Fast-response self-powered double-heterojunction n-ZnO/p-ZnTe/n-Si photodetector.

This study elucidates a novel, fast-response, self-driven double-heterojunction (n-ZnO/p-ZnTe/n-Si) photodetector fabricated via the rapid pulsed laser deposition (PLD) technique. The proposed geometry exhibits dual-responsive behavior under ultraviolet (375 nm) and visible (530 nm) incident wavelengths due to the heterojunctions (n-ZnO/p-ZnTe/Si and p-ZnTe/n-Si).

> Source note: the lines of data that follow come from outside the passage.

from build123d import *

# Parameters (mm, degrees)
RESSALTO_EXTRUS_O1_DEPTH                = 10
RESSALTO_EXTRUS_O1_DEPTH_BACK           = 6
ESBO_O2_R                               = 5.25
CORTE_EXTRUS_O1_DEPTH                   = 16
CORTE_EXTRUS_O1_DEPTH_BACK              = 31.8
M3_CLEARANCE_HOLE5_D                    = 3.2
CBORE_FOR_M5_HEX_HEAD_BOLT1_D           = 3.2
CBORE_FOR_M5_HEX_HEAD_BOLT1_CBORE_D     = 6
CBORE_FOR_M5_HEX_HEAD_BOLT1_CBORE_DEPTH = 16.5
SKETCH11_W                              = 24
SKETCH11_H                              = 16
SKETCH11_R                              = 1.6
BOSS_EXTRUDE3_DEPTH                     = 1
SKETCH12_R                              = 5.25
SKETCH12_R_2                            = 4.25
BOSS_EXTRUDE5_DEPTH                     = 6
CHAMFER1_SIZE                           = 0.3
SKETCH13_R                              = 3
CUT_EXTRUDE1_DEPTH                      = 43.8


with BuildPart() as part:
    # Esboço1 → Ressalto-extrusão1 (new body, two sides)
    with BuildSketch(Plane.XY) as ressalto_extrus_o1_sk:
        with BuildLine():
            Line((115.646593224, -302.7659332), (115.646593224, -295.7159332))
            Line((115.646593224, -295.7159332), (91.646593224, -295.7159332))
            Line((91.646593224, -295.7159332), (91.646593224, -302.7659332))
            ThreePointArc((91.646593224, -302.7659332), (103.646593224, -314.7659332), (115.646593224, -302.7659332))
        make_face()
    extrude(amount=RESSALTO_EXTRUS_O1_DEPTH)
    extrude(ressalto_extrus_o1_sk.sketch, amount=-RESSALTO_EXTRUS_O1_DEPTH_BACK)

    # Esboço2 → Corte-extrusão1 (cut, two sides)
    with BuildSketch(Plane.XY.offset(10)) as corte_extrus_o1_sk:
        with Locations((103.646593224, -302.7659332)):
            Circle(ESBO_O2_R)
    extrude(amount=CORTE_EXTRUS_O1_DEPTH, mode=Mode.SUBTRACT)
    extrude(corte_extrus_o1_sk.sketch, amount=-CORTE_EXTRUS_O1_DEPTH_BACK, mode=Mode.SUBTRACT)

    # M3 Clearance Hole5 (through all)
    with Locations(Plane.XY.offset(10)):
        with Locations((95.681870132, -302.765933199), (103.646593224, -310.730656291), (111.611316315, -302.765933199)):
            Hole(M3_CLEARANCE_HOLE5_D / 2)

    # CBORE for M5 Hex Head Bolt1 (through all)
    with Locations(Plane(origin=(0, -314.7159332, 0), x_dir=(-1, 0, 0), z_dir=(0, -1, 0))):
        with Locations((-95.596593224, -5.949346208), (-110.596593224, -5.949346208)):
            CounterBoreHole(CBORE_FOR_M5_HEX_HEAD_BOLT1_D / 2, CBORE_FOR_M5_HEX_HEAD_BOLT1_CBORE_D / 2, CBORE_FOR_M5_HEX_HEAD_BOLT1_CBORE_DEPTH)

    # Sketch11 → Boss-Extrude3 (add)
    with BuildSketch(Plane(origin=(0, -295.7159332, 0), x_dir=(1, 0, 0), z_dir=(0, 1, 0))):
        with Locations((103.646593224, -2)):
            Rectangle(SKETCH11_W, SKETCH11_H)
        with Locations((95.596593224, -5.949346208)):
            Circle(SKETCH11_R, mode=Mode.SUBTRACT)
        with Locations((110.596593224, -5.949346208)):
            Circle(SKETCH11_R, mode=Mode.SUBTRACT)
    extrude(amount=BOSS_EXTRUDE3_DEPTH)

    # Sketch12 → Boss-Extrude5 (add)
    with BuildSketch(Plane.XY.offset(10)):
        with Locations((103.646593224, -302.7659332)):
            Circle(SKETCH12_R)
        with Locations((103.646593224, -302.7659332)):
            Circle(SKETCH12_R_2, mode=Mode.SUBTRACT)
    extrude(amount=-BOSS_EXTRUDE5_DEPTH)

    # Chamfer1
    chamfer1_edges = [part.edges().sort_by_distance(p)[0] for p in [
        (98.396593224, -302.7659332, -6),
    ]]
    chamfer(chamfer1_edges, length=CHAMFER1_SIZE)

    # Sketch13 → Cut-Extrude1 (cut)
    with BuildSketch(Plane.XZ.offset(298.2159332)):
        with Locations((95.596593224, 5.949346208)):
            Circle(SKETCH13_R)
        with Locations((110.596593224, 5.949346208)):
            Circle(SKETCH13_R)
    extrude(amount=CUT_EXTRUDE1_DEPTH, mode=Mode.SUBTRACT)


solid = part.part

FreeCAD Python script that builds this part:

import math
import FreeCAD as App
import Part
import Sketcher

V = App.Vector
Q = App.Units.Quantity


def edges_at(feature, points):
    """Names of the edges that pass closest to the given points."""
    edges = feature.Shape.Edges
    near = lambda p: min(range(len(edges)), key=lambda i: edges[i].distToShape(Part.Vertex(*p))[0])
    return sorted({f"Edge{near(p) + 1}" for p in points})

doc = App.newDocument("Part")
body = doc.addObject("PartDesign::Body", "Body")

# Sketch on XY plane
sketch1 = body.newObject("Sketcher::SketchObject", "Sketch")
sketch1.AttachmentSupport = (doc.getObject("XY_Plane"), [""])
sketch1.MapMode = "FlatFace"
sketch1.addGeometry([
    Part.LineSegment(V(115.646593, -302.765933, 0), V(115.646593, -295.715933, 0)),
    Part.LineSegment(V(115.646593, -295.715933, 0), V(91.646593, -295.715933, 0)),
    Part.LineSegment(V(91.646593, -295.715933, 0), V(91.646593, -302.765933, 0)),
    Part.ArcOfCircle(Part.Circle(V(103.646593, -302.765933, 0), V(0, 0, 1), 12), math.radians(180), math.radians(360)),
], False)
sketch1.addConstraint([
    Sketcher.Constraint("Coincident", 0, 2, 1, 1),
    Sketcher.Constraint("Coincident", 1, 2, 2, 1),
    Sketcher.Constraint("Tangent", 2, 2, 3, 1),
    Sketcher.Constraint("Tangent", 3, 2, 0, 1),
    Sketcher.Constraint("Vertical", 0),
    Sketcher.Constraint("Horizontal", 1),
    Sketcher.Constraint("Vertical", 2),
    Sketcher.Constraint("Radius", 3, Q("12 mm")),
    Sketcher.Constraint("DistanceY", 0, 1, 0, 2, Q("7.05 mm")),
    Sketcher.Constraint("DistanceX", -1, 1, 3, 3, Q("103.646593 mm")),
    Sketcher.Constraint("DistanceY", 3, 3, -1, 1, Q("302.765933 mm")),
])
pad1 = body.newObject("PartDesign::Pad", "Pad")
pad1.Profile = sketch1
pad1.Type = "TwoLengths"
pad1.Length = 10
pad1.Length2 = 6

# Sketch on XY plane
sketch2 = body.newObject("Sketcher::SketchObject", "Sketch001")
sketch2.AttachmentSupport = (doc.getObject("XY_Plane"), [""])
sketch2.MapMode = "FlatFace"
sketch2.AttachmentOffset = App.Placement(V(0, 0, 10), App.Rotation())
sketch2.addGeometry(Part.Circle(V(103.646593, -302.765933, 0), V(0, 0, 1), 5.25), False)
sketch2.addConstraint([
    Sketcher.Constraint("Diameter", 0, Q("10.5 mm")),
    Sketcher.Constraint("DistanceX", -1, 1, 0, 3, Q("103.646593 mm")),
    Sketcher.Constraint("DistanceY", 0, 3, -1, 1, Q("302.765933 mm")),
])
pocket1 = body.newObject("PartDesign::Pocket", "Pocket")
pocket1.Profile = sketch2
pocket1.Type = "ThroughAll"
pocket1.Midplane = True

# Sketch on XY plane
sketch3 = body.newObject("Sketcher::SketchObject", "Sketch002")
sketch3.AttachmentSupport = (doc.getObject("XY_Plane"), [""])
sketch3.MapMode = "FlatFace"
sketch3.AttachmentOffset = App.Placement(V(0, 0, 10), App.Rotation())
sketch3.addGeometry([
    Part.Circle(V(95.68187, -302.765933, 0), V(0, 0, 1), 1.6),
    Part.Circle(V(103.646593, -310.730656, 0), V(0, 0, 1), 1.6),
    Part.Circle(V(111.611316, -302.765933, 0), V(0, 0, 1), 1.6),
], False)
sketch3.addConstraint([
    Sketcher.Constraint("Equal", 0, 1),
    Sketcher.Constraint("Equal", 1, 2),
    Sketcher.Constraint("Horizontal", 0, 3, 2, 3),
    Sketcher.Constraint("Diameter", 0, Q("3.2 mm")),
    Sketcher.Constraint("DistanceX", -1, 1, 0, 3, Q("95.68187 mm")),
    Sketcher.Constraint("DistanceY", 0, 3, -1, 1, Q("302.765933 mm")),
    Sketcher.Constraint("DistanceX", -1, 1, 1, 3, Q("103.646593 mm")),
    Sketcher.Constraint("DistanceY", 1, 3, -1, 1, Q("310.730656 mm")),
    Sketcher.Constraint("DistanceX", -1, 1, 2, 3, Q("111.611316 mm")),
])
doc.recompute()
hole = body.newObject("PartDesign::Hole", "Hole")
hole.Profile = sketch3
hole.ThreadType = "None"
hole.Diameter = 3.2
hole.DepthType = "ThroughAll"

# Sketch on XZ plane
sketch4 = body.newObject("Sketcher::SketchObject", "Sketch003")
sketch4.AttachmentSupport = (doc.getObject("XZ_Plane"), [""])
sketch4.MapMode = "FlatFace"
sketch4.AttachmentOffset = App.Placement(V(0, 0, 314.715933), App.Rotation())
sketch4.addGeometry([
    Part.Circle(V(95.596593, 5.949346, 0), V(0, 0, 1), 1.6),
    Part.Circle(V(110.596593, 5.949346, 0), V(0, 0, 1), 1.6),
], False)
sketch4.addConstraint([
    Sketcher.Constraint("Equal", 0, 1),
    Sketcher.Constraint("Horizontal", 0, 3, 1, 3),
    Sketcher.Constraint("Diameter", 0, Q("3.2 mm")),
    Sketcher.Constraint("DistanceX", 0, 3, 1, 3, Q("15 mm")),
    Sketcher.Constraint("DistanceX", -1, 1, 0, 3, Q("95.596593 mm")),
    Sketcher.Constraint("DistanceY", -1, 1, 0, 3, Q("5.949346 mm")),
])
doc.recompute()
hole2 = body.newObject("PartDesign::Hole", "Hole001")
hole2.Profile = sketch4
hole2.ThreadType = "None"
hole2.Diameter = 3.2
hole2.DepthType = "ThroughAll"
hole2.HoleCutType = "Counterbore"
hole2.HoleCutDiameter = 6
hole2.HoleCutDepth = 16.5

# Sketch on XZ plane
sketch5 = body.newObject("Sketcher::SketchObject", "Sketch004")
sketch5.AttachmentSupport = (doc.getObject("XZ_Plane"), [""])
sketch5.MapMode = "FlatFace"
sketch5.AttachmentOffset = App.Placement(V(0, 0, 295.715933), App.Rotation())
sketch5.addGeometry([
    Part.LineSegment(V(91.646593, -6, 0), V(91.646593, 10, 0)),  # 0
    Part.LineSegment(V(91.646593, 10, 0), V(115.646593, 10, 0)),  # 1
    Part.LineSegment(V(115.646593, 10, 0), V(115.646593, -6, 0)),  # 2
    Part.LineSegment(V(115.646593, -6, 0), V(91.646593, -6, 0)),  # 3
    Part.Circle(V(95.596593, 5.949346, 0), V(0, 0, 1), 1.6),  # 4
    Part.Circle(V(110.596593, 5.949346, 0), V(0, 0, 1), 1.6),  # 5
], False)
sketch5.addConstraint([
    Sketcher.Constraint("Coincident", 0, 2, 1, 1),
    Sketcher.Constraint("Coincident", 1, 2, 2, 1),
    Sketcher.Constraint("Coincident", 2, 2, 3, 1),
    Sketcher.Constraint("Coincident", 3, 2, 0, 1),
    Sketcher.Constraint("Vertical", 0),
    Sketcher.Constraint("Horizontal", 1),
    Sketcher.Constraint("Vertical", 2),
    Sketcher.Constraint("Horizontal", 3),
    Sketcher.Constraint("Equal", 4, 5),
    Sketcher.Constraint("Horizontal", 4, 3, 5, 3),
    Sketcher.Constraint("Diameter", 4, Q("3.2 mm")),
    Sketcher.Constraint("DistanceX", 1, 1, 1, 2, Q("24 mm")),
    Sketcher.Constraint("DistanceY", 0, 1, 0, 2, Q("16 mm")),
    Sketcher.Constraint("DistanceY", -1, 1, 0, 2, Q("10 mm")),
    Sketcher.Constraint("DistanceX", 4, 3, 5, 3, Q("15 mm")),
    Sketcher.Constraint("DistanceX", 0, 2, 4, 3, Q("3.95 mm")),
    Sketcher.Constraint("DistanceX", -1, 1, 4, 3, Q("95.596593 mm")),
    Sketcher.Constraint("DistanceY", -1, 1, 4, 3, Q("5.949346 mm")),
])
pad2 = body.newObject("PartDesign::Pad", "Pad001")
pad2.Profile = sketch5
pad2.Length = 1
pad2.Reversed = True

# Sketch on XY plane
sketch6 = body.newObject("Sketcher::SketchObject", "Sketch005")
sketch6.AttachmentSupport = (doc.getObject("XY_Plane"), [""])
sketch6.MapMode = "FlatFace"
sketch6.AttachmentOffset = App.Placement(V(0, 0, 10), App.Rotation())
sketch6.addGeometry([
    Part.Circle(V(103.646593, -302.765933, 0), V(0, 0, 1), 5.25),
    Part.Circle(V(103.646593, -302.765933, 0), V(0, 0, 1), 4.25),
], False)
sketch6.addConstraint([
    Sketcher.Constraint("Coincident", 1, 3, 0, 3),
    Sketcher.Constraint("Diameter", 0, Q("10.5 mm")),
    Sketcher.Constraint("Diameter", 1, Q("8.5 mm")),
    Sketcher.Constraint("DistanceX", -1, 1, 0, 3, Q("103.646593 mm")),
    Sketcher.Constraint("DistanceY", 0, 3, -1, 1, Q("302.765933 mm")),
])
pad3 = body.newObject("PartDesign::Pad", "Pad002")
pad3.Profile = sketch6
pad3.Length = 6
pad3.Reversed = True
doc.recompute()

chamfer = body.newObject("PartDesign::Chamfer", "Chamfer")
chamfer.Base = (pad3, edges_at(pad3, [(98.397, -302.766, -6)]))
chamfer.Size = 0.3

# Sketch on XZ plane
sketch7 = body.newObject("Sketcher::SketchObject", "Sketch006")
sketch7.AttachmentSupport = (doc.getObject("XZ_Plane"), [""])
sketch7.MapMode = "FlatFace"
sketch7.AttachmentOffset = App.Placement(V(0, 0, 298.215933), App.Rotation())
sketch7.addGeometry([
    Part.Circle(V(95.596593, 5.949346, 0), V(0, 0, 1), 3),
    Part.Circle(V(110.596593, 5.949346, 0), V(0, 0, 1), 3),
], False)
sketch7.addConstraint([
    Sketcher.Constraint("Equal", 0, 1),
    Sketcher.Constraint("Horizontal", 0, 3, 1, 3),
    Sketcher.Constraint("Diameter", 0, Q("6 mm")),
    Sketcher.Constraint("DistanceX", 0, 3, 1, 3, Q("15 mm")),
    Sketcher.Constraint("DistanceX", -1, 1, 0, 3, Q("95.596593 mm")),
    Sketcher.Constraint("DistanceY", -1, 1, 0, 3, Q("5.949346 mm")),
])
pocket2 = body.newObject("PartDesign::Pocket", "Pocket001")
pocket2.Profile = sketch7
pocket2.Length = 43.8
pocket2.Reversed = True

doc.recompute()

Under a 0.5 bias condition, the former exhibited photo-responsivity (R (λ)) and photo-detectivity (D*) of 64.03 mA W(-1) and 5.19 × 10(14) Jones at 375 nm, while the latter demonstrated values of 53.20 mA W(-1) and 2.44 × 10(14) Jones at 530 nm, respectively; lower figure-of-merits were observed at higher and/or lower wavelengths. However, a higher applied bias contributes to a significant R (λ) and D* augmentation under these wavelengths. The observed characteristics were found to decrease at high incident light intensity, which suggests a negative correlation between the calculated parameters, with an R (2) value close to unity (R (2) = -1). At zero applied bias, the proposed system demonstrated a stable performance over a period of 5 days with less than 1.5% variation. The response/recovery times for the proposed heterojunctions were 88/90 ms and 89/94 ms under 375 nm and 530 nm, respectively.